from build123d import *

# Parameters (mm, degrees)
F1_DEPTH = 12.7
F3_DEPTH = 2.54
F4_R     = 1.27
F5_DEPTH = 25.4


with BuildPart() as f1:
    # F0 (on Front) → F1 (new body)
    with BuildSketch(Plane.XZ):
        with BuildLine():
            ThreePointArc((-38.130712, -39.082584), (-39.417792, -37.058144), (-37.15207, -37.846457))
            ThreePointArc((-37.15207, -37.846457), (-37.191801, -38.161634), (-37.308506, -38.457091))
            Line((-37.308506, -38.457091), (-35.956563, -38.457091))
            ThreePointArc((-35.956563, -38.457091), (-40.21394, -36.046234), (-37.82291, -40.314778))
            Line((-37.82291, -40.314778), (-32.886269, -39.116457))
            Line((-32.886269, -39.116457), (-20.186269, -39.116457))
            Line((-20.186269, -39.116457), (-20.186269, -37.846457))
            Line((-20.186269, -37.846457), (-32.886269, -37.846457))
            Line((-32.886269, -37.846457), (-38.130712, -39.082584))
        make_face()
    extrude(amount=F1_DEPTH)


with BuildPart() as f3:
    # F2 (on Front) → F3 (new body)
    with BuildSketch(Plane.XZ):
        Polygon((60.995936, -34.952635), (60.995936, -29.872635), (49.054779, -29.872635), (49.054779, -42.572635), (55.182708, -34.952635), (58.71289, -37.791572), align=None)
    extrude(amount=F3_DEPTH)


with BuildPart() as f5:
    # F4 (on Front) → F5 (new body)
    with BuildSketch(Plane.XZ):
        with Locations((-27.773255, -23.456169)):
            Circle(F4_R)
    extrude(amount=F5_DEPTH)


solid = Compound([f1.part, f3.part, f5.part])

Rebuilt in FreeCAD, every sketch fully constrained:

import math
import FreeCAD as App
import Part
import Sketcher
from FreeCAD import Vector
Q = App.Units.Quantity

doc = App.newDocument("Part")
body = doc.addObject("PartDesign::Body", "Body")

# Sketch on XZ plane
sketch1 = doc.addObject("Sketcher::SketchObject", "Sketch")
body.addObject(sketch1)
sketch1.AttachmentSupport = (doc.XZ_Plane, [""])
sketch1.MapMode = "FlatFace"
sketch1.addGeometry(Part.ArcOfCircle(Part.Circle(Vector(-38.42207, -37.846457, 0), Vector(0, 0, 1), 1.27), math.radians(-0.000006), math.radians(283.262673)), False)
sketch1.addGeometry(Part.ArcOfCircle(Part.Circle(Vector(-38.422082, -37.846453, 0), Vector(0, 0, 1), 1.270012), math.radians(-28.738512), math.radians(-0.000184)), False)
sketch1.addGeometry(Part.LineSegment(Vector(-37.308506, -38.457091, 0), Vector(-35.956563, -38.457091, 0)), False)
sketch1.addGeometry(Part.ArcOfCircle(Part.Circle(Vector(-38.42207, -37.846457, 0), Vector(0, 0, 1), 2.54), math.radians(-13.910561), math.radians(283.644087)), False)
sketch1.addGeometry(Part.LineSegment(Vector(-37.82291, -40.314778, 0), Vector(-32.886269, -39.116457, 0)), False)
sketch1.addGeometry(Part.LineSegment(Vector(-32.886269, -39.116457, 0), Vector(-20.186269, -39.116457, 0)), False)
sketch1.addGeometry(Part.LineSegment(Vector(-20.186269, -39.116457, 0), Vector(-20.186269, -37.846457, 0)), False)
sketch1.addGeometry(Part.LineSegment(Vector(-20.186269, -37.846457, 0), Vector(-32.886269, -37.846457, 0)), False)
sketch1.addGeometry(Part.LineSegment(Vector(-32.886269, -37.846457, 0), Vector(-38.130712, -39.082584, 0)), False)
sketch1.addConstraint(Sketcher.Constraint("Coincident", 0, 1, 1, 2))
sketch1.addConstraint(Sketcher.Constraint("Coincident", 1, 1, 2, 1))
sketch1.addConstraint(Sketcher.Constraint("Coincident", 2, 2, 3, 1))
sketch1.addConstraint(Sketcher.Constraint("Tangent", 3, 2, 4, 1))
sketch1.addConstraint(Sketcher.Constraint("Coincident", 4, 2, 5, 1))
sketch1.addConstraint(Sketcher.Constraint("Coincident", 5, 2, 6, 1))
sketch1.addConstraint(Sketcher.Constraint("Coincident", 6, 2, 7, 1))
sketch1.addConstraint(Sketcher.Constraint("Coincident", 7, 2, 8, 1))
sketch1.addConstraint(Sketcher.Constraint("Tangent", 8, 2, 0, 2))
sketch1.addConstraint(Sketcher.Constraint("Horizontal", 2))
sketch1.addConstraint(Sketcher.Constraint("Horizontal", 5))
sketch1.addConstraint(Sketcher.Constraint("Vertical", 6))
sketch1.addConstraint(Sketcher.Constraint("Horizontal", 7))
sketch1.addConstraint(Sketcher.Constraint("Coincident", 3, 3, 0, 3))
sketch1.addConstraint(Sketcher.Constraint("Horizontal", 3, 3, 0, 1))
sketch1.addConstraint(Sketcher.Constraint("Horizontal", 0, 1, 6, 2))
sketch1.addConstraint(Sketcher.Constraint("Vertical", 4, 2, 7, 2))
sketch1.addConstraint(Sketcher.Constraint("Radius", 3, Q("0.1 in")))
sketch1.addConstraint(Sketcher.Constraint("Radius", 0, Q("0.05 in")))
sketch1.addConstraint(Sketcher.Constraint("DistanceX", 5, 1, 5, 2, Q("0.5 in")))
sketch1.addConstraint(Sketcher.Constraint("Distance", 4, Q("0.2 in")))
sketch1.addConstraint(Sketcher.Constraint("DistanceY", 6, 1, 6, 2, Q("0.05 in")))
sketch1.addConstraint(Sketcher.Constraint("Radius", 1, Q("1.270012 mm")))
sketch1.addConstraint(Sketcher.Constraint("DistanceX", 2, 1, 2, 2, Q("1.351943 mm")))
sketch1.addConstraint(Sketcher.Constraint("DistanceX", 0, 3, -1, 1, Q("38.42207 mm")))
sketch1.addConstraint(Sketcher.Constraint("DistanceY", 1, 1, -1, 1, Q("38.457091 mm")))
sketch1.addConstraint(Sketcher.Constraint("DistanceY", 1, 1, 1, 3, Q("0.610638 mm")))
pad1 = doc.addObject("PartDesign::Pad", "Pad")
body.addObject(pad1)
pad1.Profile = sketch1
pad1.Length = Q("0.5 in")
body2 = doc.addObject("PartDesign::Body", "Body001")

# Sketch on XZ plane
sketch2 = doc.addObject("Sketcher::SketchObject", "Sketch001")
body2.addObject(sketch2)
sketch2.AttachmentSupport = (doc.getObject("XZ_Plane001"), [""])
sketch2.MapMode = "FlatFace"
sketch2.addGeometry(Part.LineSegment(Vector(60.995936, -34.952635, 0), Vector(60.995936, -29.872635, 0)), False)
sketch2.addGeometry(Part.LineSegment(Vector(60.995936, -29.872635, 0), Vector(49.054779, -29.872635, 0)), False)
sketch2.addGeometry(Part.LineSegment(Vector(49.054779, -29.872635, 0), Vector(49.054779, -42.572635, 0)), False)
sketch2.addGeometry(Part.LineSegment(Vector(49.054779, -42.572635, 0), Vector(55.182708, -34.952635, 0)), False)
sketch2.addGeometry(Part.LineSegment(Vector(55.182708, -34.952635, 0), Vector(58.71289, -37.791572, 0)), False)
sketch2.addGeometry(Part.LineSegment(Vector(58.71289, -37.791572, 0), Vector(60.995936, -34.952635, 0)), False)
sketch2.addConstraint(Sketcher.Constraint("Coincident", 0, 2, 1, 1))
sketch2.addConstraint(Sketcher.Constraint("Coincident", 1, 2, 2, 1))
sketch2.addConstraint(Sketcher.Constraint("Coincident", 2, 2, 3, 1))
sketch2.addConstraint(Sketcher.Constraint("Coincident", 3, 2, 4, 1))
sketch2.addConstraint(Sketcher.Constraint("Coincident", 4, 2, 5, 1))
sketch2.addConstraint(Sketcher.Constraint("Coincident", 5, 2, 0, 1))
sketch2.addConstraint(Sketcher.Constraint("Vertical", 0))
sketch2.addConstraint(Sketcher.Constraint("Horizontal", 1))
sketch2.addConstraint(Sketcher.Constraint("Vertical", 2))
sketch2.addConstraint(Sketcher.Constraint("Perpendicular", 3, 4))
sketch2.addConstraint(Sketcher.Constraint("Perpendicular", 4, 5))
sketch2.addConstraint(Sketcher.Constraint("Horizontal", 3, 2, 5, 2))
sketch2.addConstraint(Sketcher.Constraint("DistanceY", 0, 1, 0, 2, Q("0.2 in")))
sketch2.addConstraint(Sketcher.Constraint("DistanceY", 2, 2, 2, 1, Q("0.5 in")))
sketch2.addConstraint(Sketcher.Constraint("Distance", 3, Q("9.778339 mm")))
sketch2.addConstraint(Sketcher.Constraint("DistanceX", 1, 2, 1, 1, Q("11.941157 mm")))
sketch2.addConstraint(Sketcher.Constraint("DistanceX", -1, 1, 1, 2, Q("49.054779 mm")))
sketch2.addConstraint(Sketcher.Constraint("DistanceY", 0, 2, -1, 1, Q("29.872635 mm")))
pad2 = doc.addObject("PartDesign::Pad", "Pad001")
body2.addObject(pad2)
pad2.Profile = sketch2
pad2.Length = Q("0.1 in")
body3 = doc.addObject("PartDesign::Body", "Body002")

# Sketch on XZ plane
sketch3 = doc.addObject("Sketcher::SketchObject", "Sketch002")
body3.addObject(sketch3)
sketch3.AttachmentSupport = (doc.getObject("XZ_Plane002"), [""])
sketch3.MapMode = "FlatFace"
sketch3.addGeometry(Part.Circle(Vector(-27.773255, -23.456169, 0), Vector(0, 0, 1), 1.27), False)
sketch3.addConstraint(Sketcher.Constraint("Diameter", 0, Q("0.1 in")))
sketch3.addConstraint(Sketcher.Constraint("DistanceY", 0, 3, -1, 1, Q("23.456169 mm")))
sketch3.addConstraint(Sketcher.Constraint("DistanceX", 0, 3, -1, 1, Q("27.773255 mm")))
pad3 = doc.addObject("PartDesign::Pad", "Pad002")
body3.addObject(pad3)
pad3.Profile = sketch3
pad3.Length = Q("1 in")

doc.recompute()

Your assignment >>
Please write out, exactly as they appear above, only the lines in the stretch from the line with "extrude(amount=F1_DEPTH)" through the line with "Rebuilt in FreeCAD, every".

Exercise solution >>
    extrude(amount=F1_DEPTH)


with BuildPart() as f3:
    # F2 (on Front) → F3 (new body)
    with BuildSketch(Plane.XZ):
        Polygon((60.995936, -34.952635), (60.995936, -29.872635), (49.054779, -29.872635), (49.054779, -42.572635), (55.182708, -34.952635), (58.71289, -37.791572), align=None)
    extrude(amount=F3_DEPTH)


with BuildPart() as f5:
    # F4 (on Front) → F5 (new body)
    with BuildSketch(Plane.XZ):
        with Locations((-27.773255, -23.456169)):
            Circle(F4_R)
    extrude(amount=F5_DEPTH)


solid = Compound([f1.part, f3.part, f5.part])

Rebuilt in FreeCAD, every sketch fully constrained:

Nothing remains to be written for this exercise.